Evaluation and Management of Acute Dizziness in a 28-Year-Old Female
Begin by categorizing the dizziness based on timing and triggers—this determines your diagnostic pathway and is far more useful than asking about symptom quality (vertigo vs. lightheadedness). 1, 2
Initial Approach: Timing and Triggers Classification
The most evidence-based approach divides acute dizziness into three distinct syndromes, each with specific examination techniques and differential diagnoses 3, 1, 2:
1. Triggered Episodic Vestibular Syndrome (t-EVS)
Brief episodes triggered by head position changes
- Perform the Dix-Hallpike maneuver to diagnose posterior canal benign paroxysmal positional vertigo (BPPV), looking for torsional upbeating nystagmus when bringing the patient from upright to supine with head turned 45° to one side and neck extended 20° 4
- If Dix-Hallpike shows horizontal or no nystagmus, perform the supine roll test to assess for lateral semicircular canal BPPV 4
- Do not obtain CT or MRI imaging if typical BPPV is confirmed with appropriate nystagmus on provocative maneuvers 4
- Imaging is only indicated if Dix-Hallpike testing is negative or atypical (no nystagmus when symptoms occur, or atypical nystagmus patterns suggesting central pathology) 4, 3
Treatment for confirmed BPPV:
- Perform the Epley maneuver (canalith repositioning procedure) immediately—this has ~80% success rate with 1-3 treatments 4, 3
- Do not prescribe vestibular suppressants (antihistamines, benzodiazepines) routinely 4
- Do not recommend postural restrictions after the Epley maneuver 4
- Reassess within 1 month to document resolution 4
2. Acute Vestibular Syndrome (AVS)
Continuous dizziness lasting days, with nystagmus at rest
- If trained in HINTS examination (Head-Impulse, Nystagmus, Test of Skew), use this to differentiate stroke from vestibular neuritis in patients with spontaneous nystagmus 3
- Add the finger rub test to further exclude stroke 3
- In patients without nystagmus, assess severity of gait unsteadiness—severe gait instability suggests central pathology 3
- Do not use CT brain—it misses posterior circulation strokes 3
- Use MRI as confirmatory test if HINTS suggests central pathology or is equivocal 3
Critical caveat: HINTS examination requires specific training and is inaccurate when performed by clinicians without expertise—it is not standard of care as of 2023 when applied by untrained emergency physicians 3, 5
Treatment for vestibular neuritis:
- Consider short-term corticosteroids as a treatment option 3
3. Spontaneous Episodic Vestibular Syndrome (s-EVS)

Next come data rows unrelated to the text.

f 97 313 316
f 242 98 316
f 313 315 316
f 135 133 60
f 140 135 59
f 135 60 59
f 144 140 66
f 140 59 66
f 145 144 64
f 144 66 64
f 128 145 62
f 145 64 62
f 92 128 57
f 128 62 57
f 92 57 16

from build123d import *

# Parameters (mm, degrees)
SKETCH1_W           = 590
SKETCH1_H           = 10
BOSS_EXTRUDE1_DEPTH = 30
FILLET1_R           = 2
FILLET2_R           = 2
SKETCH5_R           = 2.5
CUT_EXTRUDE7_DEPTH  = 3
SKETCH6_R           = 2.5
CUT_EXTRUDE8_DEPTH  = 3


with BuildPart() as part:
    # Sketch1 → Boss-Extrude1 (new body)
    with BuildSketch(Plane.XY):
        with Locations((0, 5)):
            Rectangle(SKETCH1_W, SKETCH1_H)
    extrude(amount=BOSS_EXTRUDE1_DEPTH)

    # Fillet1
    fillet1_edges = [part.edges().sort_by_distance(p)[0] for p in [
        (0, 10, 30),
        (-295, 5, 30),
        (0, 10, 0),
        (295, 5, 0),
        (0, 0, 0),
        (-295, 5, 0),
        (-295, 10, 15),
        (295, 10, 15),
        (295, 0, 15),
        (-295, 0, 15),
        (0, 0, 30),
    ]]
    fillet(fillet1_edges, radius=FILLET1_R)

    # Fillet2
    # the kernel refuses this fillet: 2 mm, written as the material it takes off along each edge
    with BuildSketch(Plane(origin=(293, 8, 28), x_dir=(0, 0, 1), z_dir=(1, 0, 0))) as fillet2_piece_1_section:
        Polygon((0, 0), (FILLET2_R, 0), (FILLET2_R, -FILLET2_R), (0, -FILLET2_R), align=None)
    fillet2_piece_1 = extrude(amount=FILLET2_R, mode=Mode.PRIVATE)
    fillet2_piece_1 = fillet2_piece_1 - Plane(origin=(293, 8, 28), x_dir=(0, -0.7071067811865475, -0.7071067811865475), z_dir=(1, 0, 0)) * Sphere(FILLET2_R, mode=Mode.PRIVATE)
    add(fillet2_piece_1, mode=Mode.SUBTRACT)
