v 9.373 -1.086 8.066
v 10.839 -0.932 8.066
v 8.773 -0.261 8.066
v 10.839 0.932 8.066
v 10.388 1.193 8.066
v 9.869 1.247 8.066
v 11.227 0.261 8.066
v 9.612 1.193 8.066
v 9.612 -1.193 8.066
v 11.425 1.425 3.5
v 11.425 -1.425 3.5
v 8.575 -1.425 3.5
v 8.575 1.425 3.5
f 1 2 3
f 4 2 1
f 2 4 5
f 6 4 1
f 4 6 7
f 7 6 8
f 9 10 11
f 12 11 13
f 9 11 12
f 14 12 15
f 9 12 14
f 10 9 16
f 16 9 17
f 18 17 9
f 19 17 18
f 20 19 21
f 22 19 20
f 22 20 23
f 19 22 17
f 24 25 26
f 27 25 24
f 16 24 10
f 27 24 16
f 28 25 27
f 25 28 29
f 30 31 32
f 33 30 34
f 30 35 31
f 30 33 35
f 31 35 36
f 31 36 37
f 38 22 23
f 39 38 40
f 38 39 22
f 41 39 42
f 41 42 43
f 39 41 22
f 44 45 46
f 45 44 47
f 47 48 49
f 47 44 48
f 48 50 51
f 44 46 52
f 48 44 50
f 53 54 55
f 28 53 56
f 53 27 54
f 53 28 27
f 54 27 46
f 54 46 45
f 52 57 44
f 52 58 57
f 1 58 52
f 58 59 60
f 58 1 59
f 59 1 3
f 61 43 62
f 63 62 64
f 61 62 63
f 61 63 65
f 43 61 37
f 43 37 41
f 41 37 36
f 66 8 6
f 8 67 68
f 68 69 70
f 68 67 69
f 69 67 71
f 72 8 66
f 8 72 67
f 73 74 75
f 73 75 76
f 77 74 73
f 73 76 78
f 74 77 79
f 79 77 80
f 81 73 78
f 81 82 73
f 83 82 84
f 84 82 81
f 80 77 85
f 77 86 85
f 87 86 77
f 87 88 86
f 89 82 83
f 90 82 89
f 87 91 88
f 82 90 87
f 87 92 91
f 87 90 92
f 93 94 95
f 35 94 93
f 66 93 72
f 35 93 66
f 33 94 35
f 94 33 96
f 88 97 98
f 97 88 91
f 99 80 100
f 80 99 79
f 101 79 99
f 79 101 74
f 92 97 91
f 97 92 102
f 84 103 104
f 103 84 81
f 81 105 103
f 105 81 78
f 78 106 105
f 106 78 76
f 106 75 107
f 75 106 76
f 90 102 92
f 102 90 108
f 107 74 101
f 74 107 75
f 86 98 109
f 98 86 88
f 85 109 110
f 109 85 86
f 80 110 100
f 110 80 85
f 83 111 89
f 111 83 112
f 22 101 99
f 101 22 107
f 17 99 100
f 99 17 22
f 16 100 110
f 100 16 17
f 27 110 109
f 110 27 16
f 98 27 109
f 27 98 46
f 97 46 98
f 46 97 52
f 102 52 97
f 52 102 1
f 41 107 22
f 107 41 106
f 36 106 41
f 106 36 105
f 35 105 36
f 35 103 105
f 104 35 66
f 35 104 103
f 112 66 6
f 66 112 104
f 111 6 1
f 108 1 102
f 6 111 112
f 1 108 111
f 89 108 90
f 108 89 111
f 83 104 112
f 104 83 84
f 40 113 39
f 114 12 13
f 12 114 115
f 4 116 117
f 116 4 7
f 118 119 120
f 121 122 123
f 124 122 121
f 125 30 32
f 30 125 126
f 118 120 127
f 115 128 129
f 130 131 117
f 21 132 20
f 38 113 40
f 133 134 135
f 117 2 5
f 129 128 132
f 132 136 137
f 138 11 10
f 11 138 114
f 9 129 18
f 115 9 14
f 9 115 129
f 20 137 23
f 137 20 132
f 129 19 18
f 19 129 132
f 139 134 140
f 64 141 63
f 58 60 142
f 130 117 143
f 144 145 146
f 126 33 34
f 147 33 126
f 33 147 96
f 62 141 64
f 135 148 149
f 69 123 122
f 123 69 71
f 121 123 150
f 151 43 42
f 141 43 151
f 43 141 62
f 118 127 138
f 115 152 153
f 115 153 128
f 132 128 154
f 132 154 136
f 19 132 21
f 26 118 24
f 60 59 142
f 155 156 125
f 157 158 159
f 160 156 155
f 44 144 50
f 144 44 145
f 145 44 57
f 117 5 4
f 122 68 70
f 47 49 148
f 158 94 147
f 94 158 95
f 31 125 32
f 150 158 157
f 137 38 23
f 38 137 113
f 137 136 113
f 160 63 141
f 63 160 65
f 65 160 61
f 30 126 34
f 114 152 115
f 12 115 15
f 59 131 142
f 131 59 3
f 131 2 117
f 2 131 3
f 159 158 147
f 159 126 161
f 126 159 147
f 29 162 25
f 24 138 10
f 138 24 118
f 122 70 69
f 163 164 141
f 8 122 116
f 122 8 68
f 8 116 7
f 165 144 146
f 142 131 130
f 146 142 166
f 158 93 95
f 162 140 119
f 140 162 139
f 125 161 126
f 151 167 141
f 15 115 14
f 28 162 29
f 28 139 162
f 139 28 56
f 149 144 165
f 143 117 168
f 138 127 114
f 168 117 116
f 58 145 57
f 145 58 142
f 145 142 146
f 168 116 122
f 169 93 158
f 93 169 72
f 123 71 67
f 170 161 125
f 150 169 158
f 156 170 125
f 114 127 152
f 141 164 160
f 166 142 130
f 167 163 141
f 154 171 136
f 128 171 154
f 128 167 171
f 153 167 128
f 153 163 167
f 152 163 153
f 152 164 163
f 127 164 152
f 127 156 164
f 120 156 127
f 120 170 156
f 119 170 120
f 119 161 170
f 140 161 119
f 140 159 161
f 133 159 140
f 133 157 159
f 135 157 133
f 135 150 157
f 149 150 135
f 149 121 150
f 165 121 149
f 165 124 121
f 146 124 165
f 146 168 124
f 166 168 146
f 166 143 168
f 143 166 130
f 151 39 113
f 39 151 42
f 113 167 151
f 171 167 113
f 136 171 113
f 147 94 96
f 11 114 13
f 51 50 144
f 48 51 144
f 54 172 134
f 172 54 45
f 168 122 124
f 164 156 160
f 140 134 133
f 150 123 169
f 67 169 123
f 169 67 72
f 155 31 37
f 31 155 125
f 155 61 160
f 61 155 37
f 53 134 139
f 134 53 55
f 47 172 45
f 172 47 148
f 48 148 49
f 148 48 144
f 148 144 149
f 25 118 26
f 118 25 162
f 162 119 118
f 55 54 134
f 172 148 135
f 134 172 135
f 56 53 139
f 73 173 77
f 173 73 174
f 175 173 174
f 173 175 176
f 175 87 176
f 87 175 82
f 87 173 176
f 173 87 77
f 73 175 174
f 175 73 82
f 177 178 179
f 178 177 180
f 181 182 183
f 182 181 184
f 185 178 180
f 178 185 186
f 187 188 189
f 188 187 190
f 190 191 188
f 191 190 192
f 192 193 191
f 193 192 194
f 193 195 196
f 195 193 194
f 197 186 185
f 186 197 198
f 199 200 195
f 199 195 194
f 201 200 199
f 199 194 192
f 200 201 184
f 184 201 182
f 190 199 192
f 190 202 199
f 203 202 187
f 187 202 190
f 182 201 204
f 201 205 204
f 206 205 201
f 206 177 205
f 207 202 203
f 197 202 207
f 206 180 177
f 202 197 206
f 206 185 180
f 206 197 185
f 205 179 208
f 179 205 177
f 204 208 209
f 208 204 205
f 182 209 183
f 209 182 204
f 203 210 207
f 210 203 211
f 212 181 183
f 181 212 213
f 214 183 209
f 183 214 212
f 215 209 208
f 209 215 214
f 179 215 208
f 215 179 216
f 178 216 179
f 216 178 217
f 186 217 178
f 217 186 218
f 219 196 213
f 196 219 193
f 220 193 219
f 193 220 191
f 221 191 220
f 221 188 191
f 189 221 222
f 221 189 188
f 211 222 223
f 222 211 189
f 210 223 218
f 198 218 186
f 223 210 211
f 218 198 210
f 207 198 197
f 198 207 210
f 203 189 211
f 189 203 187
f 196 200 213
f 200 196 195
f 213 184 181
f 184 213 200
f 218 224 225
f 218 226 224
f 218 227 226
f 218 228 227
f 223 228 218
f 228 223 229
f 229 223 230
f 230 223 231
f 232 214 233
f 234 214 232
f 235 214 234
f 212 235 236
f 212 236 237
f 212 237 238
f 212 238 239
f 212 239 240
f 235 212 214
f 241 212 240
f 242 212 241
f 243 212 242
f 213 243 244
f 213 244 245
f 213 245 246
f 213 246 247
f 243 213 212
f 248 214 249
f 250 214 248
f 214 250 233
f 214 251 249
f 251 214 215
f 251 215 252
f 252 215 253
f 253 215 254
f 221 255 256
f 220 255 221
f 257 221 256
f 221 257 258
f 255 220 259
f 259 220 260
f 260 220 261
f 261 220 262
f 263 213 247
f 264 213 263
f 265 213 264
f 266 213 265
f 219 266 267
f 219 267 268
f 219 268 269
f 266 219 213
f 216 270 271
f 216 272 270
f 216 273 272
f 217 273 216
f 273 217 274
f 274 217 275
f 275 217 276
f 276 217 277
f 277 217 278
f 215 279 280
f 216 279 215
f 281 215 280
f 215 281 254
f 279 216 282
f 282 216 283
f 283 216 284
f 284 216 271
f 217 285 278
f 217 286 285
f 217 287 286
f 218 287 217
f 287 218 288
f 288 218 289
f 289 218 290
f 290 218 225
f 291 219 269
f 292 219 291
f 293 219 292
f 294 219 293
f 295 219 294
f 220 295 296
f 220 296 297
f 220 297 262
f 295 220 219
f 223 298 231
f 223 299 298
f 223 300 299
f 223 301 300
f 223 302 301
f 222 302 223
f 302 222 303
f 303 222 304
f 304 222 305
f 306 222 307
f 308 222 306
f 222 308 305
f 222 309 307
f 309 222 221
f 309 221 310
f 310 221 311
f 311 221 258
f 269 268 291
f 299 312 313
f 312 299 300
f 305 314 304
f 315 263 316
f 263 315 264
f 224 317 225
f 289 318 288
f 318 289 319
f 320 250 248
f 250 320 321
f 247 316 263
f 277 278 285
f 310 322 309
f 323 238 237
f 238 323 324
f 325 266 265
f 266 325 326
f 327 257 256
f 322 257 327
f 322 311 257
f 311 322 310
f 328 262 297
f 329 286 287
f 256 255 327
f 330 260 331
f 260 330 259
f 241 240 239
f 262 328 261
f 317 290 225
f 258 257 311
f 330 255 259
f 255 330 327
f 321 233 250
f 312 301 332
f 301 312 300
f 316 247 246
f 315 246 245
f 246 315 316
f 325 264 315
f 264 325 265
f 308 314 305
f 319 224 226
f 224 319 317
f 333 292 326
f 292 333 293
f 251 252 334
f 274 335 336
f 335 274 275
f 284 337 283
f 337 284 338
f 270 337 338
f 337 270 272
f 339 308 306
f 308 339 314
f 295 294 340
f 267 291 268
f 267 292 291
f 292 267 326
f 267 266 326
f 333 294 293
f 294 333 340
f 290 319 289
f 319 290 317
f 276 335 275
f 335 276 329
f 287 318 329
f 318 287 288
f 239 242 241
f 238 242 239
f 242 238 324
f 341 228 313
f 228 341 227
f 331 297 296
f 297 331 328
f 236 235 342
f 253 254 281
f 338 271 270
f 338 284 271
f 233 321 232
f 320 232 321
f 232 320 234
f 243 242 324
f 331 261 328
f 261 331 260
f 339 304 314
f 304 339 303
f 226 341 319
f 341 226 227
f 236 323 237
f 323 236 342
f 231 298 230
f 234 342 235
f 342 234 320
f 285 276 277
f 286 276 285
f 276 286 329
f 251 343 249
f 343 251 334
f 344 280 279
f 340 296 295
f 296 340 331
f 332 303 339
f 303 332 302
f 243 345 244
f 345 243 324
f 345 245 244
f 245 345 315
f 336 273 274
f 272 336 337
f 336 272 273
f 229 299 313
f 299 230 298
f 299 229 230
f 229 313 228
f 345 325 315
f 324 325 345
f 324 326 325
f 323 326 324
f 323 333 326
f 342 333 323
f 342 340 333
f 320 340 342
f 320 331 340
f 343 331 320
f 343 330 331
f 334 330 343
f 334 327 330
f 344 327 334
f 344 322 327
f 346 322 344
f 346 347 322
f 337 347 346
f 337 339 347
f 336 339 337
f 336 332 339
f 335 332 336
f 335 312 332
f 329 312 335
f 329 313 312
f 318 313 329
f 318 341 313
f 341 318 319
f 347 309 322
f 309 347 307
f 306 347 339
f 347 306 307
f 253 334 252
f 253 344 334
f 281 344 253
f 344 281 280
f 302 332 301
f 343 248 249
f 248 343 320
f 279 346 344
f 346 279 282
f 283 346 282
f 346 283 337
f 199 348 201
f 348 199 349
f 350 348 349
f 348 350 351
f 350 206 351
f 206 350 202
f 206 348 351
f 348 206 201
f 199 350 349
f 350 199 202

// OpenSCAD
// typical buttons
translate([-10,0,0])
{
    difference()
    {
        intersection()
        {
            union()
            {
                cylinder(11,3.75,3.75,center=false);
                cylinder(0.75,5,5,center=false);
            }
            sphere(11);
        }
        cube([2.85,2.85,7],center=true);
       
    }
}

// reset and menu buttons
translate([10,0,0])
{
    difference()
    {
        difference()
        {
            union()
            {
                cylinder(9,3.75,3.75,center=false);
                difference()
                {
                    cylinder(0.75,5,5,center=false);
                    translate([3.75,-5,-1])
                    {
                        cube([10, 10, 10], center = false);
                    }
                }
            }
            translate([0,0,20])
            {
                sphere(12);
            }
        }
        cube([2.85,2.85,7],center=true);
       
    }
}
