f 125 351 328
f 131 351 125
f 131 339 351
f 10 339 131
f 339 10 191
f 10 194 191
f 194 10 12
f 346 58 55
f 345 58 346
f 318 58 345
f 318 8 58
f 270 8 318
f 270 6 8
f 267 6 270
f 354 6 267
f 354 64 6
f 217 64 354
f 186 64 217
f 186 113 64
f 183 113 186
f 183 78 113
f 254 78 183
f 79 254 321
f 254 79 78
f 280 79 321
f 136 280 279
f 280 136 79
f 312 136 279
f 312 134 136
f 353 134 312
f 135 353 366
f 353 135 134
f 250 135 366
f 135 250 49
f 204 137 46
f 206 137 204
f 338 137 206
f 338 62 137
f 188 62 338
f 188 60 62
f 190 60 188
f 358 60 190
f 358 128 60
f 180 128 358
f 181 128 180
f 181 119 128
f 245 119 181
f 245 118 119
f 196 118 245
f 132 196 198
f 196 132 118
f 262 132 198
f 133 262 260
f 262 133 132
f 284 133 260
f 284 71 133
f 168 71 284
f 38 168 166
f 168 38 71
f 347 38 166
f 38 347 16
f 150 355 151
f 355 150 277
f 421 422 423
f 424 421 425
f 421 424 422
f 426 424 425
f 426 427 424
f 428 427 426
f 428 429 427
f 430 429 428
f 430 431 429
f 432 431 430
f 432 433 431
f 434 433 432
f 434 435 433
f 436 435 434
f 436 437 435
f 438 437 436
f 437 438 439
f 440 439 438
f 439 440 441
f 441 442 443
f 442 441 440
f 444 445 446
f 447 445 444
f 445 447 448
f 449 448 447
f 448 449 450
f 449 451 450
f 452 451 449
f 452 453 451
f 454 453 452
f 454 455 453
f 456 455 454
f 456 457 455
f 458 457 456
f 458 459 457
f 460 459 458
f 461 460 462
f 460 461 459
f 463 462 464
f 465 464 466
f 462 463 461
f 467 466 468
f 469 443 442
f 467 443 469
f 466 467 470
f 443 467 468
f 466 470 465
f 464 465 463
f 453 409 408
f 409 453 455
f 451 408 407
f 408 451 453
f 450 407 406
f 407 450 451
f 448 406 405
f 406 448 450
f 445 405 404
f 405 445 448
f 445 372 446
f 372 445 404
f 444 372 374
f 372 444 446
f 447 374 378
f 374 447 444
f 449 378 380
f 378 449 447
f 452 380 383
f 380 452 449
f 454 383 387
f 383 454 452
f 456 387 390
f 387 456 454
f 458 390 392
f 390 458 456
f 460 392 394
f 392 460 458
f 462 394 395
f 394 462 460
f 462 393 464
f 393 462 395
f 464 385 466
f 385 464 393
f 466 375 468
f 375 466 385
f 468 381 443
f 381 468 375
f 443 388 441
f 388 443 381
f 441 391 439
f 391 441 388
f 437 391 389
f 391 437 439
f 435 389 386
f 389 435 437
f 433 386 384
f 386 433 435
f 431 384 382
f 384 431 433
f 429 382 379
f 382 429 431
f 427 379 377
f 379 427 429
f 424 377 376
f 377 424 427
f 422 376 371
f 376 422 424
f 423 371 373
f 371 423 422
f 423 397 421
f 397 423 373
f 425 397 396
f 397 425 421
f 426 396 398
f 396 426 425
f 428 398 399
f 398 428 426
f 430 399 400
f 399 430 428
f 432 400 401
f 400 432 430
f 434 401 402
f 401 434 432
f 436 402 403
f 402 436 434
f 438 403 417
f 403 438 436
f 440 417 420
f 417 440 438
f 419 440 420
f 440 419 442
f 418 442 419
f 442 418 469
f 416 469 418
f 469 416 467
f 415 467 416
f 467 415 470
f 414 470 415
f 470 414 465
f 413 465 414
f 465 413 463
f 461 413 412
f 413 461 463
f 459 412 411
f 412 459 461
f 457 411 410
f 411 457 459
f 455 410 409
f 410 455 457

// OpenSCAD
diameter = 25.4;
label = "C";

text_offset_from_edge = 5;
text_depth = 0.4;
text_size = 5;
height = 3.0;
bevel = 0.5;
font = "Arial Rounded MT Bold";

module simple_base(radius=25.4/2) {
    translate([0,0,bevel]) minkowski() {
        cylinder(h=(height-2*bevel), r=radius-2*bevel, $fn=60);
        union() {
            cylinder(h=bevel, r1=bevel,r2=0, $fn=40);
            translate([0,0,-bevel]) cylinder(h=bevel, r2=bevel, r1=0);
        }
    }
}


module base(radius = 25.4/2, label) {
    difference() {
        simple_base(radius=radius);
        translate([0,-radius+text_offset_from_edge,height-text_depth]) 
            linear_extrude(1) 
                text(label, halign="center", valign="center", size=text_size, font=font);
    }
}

Recurrent episodes lasting minutes to hours, no positional trigger
- Search for symptoms/signs of cerebral ischemia (dysarthria, dysmetria, dysphagia, sensory/motor deficits, Horner's syndrome) 4, 3
- Assess for vestibular migraine features: migrainous headache, photophobia, phonophobia, visual aura occurring with ≥50% of dizzy episodes 4
- Do not use CT 3
- Use CT angiography or MR angiography if concern exists for transient ischemic attack 3
Key Modifying Factors to Assess
Evaluate for factors requiring modified management 4:
- Impaired mobility or baseline balance disorders
- Central nervous system disorders
- Lack of home support
- Increased fall risk (particularly relevant even in younger patients with acute vestibular symptoms)
Red Flags Requiring Imaging
Obtain MRI (not CT) if any of these are present 4, 3:
- Downbeating nystagmus on Dix-Hallpike without torsional component
- Direction-changing nystagmus without head position changes
- Baseline nystagmus without provocative maneuvers (unless vestibular neuritis suspected)
- Severe gait instability
- Associated neurologic signs (dysarthria, ataxia, sensory changes)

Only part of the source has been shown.